▶ _Directions for this task_
Please repeat exactly the lines below from the one containing "f 87 86 146" down to the one containing "f 407 405 452", both included, and nothing else.

◆ ◆ ◆ ◆

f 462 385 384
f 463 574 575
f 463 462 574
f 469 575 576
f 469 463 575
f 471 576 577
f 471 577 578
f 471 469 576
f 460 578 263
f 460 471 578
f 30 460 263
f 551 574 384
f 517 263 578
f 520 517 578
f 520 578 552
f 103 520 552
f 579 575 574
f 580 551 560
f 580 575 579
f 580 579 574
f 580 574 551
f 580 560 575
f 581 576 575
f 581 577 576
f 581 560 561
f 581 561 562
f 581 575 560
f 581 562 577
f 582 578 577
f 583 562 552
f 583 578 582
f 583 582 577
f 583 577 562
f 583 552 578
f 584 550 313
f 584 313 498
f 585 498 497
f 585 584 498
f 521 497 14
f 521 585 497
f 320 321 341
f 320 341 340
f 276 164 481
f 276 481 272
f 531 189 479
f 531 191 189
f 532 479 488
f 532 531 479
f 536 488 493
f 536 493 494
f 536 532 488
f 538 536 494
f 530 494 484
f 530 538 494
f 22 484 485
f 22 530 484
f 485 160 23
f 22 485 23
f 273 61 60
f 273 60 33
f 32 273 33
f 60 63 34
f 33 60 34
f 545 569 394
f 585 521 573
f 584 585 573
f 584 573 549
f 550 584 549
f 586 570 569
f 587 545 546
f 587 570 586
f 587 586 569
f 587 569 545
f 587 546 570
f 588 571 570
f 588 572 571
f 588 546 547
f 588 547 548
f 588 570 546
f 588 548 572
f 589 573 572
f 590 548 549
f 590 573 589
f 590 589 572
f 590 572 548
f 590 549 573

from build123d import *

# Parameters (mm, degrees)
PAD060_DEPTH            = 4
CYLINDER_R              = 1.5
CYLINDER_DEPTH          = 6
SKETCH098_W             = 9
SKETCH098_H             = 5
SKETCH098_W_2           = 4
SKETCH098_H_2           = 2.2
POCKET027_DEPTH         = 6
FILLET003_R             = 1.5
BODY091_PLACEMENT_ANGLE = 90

◆ ◆ ◆ ◆

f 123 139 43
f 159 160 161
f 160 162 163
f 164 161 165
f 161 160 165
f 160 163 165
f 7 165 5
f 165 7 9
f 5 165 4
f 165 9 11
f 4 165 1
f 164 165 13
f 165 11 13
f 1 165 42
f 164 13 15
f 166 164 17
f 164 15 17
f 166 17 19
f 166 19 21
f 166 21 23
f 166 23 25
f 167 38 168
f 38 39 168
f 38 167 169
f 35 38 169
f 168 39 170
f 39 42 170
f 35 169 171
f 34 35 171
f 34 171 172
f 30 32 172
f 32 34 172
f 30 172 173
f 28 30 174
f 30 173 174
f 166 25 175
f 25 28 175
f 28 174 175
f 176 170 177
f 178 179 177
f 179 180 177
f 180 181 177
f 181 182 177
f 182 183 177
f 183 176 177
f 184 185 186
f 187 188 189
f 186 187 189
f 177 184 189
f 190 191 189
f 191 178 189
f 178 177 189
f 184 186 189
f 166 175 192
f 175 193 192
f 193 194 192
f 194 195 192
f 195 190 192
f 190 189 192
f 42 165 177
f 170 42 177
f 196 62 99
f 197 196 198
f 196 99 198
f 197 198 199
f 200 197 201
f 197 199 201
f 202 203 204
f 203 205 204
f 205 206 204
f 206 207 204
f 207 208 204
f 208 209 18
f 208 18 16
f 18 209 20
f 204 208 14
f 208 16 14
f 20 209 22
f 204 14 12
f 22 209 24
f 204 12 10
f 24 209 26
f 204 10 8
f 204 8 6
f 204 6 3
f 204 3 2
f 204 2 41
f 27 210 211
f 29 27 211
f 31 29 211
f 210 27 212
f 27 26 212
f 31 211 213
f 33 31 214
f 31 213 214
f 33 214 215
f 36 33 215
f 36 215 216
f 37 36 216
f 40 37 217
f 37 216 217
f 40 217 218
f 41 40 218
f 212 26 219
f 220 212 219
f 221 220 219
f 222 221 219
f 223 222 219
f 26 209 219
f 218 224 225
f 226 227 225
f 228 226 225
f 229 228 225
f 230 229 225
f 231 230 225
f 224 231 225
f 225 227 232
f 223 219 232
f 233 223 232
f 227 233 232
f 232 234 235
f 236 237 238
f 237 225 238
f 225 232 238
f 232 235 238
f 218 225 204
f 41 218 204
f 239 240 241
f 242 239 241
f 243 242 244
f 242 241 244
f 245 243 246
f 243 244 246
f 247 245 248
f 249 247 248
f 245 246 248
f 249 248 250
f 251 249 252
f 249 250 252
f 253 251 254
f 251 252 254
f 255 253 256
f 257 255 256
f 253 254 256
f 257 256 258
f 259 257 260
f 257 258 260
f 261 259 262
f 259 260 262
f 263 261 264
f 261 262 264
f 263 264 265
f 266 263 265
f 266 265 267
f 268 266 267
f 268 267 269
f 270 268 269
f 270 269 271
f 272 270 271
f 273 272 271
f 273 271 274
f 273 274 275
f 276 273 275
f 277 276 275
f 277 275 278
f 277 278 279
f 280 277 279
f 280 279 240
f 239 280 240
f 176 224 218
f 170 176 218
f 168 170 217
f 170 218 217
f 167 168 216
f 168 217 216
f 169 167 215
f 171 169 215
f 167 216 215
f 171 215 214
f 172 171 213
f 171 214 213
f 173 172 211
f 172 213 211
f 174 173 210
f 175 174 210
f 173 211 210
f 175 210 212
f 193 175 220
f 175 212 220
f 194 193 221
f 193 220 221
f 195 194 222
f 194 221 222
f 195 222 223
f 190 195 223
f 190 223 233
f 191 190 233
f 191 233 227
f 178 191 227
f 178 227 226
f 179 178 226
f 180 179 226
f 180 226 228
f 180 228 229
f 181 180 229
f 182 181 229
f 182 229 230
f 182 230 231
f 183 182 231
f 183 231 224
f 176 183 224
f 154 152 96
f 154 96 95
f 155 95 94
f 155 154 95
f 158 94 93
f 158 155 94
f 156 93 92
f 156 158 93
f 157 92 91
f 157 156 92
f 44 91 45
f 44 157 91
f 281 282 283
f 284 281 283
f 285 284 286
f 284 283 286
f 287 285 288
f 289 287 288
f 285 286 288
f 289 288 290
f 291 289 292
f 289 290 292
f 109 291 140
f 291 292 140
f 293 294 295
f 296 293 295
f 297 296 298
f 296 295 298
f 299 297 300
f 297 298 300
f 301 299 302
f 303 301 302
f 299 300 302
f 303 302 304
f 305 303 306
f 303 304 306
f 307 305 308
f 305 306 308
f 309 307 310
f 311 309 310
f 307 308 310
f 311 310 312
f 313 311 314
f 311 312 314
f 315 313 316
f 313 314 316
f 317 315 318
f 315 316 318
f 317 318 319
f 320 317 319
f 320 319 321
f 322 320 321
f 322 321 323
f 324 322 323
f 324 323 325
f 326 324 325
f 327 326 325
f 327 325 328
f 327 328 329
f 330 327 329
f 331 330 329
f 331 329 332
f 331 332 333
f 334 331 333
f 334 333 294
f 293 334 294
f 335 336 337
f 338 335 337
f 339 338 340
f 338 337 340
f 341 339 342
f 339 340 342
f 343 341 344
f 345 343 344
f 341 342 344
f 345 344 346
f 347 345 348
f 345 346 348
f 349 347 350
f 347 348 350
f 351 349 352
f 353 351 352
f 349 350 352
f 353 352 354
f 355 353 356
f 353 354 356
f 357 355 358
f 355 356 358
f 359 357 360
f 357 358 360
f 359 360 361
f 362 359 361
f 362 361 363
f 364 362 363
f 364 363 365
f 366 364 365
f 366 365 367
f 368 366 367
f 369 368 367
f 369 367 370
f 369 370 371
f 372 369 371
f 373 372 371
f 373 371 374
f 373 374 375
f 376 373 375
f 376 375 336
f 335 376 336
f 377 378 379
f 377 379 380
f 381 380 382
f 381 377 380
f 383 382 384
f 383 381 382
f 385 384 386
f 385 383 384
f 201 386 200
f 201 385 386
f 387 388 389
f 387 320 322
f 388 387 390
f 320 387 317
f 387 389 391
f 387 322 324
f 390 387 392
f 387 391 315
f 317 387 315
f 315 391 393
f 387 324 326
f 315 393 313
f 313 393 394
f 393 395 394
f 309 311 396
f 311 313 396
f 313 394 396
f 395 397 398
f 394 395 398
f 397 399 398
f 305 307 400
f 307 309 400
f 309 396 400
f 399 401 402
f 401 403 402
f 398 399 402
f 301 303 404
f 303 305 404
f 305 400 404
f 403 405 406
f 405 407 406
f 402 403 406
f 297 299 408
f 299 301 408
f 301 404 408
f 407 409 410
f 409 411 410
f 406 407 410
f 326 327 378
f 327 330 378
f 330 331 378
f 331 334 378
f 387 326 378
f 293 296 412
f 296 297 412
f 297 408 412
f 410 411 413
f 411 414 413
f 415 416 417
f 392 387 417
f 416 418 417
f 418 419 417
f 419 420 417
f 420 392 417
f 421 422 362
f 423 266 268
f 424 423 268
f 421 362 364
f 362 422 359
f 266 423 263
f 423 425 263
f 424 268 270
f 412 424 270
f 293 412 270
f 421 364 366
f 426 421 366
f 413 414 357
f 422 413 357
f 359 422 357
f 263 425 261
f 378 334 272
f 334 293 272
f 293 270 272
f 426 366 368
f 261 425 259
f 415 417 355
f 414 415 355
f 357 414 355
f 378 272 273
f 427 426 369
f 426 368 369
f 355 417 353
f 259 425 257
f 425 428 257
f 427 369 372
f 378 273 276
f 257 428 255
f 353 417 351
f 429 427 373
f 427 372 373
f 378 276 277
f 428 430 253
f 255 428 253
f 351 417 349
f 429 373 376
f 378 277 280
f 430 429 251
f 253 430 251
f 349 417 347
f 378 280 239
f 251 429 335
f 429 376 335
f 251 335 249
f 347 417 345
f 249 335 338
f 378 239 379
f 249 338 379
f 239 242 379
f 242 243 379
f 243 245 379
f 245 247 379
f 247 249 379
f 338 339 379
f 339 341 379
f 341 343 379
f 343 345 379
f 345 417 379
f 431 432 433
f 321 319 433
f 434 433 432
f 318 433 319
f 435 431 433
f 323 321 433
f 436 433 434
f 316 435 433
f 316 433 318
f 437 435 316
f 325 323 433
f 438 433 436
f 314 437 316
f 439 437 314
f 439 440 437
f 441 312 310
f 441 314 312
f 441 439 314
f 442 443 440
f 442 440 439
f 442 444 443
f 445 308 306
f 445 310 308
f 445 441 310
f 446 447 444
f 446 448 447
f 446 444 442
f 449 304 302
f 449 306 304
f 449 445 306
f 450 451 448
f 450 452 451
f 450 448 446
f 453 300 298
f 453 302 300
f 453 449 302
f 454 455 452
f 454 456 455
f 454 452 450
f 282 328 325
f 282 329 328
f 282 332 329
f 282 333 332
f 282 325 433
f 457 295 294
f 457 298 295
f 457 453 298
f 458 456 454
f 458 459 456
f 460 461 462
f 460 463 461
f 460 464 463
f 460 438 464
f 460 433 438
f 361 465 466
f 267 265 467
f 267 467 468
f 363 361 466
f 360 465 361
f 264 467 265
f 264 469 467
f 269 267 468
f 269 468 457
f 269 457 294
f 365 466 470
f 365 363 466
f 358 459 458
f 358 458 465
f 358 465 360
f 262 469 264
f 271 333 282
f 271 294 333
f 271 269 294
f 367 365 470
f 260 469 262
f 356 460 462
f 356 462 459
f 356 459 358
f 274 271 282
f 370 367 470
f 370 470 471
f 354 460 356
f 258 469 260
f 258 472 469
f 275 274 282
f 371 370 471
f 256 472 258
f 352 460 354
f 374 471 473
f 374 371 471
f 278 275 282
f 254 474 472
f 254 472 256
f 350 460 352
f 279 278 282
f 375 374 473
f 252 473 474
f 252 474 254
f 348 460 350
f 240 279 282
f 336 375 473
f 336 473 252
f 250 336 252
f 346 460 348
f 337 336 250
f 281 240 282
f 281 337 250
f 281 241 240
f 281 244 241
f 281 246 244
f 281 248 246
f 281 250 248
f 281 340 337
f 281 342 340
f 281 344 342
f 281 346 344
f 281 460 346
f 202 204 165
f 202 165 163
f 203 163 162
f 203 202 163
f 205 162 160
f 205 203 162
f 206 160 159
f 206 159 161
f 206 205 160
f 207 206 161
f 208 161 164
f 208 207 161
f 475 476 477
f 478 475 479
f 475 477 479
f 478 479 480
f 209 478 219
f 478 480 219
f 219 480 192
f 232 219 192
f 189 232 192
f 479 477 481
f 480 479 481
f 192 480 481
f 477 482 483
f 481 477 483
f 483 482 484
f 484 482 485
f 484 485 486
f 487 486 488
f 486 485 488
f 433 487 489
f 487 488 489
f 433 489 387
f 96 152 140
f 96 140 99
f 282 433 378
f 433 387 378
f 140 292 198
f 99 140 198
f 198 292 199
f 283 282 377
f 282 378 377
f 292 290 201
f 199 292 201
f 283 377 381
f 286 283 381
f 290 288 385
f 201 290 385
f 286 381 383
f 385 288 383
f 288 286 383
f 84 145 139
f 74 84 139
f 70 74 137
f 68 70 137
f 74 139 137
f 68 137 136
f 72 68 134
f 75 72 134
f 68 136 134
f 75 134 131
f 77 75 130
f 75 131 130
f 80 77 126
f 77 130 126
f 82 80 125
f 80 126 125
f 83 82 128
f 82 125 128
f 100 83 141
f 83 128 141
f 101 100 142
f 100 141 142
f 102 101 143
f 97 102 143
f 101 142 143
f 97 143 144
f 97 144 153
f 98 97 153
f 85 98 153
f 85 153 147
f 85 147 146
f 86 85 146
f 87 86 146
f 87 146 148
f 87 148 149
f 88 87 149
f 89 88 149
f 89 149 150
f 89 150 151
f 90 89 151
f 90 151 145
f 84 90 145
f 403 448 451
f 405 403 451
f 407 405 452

◆ ◆ ◆ ◆

▶ _Written answer_
f 87 86 146
f 87 146 148
f 87 148 149
f 88 87 149
f 89 88 149
f 89 149 150
f 89 150 151
f 90 89 151
f 90 151 145
f 84 90 145
f 403 448 451
f 405 403 451
f 407 405 452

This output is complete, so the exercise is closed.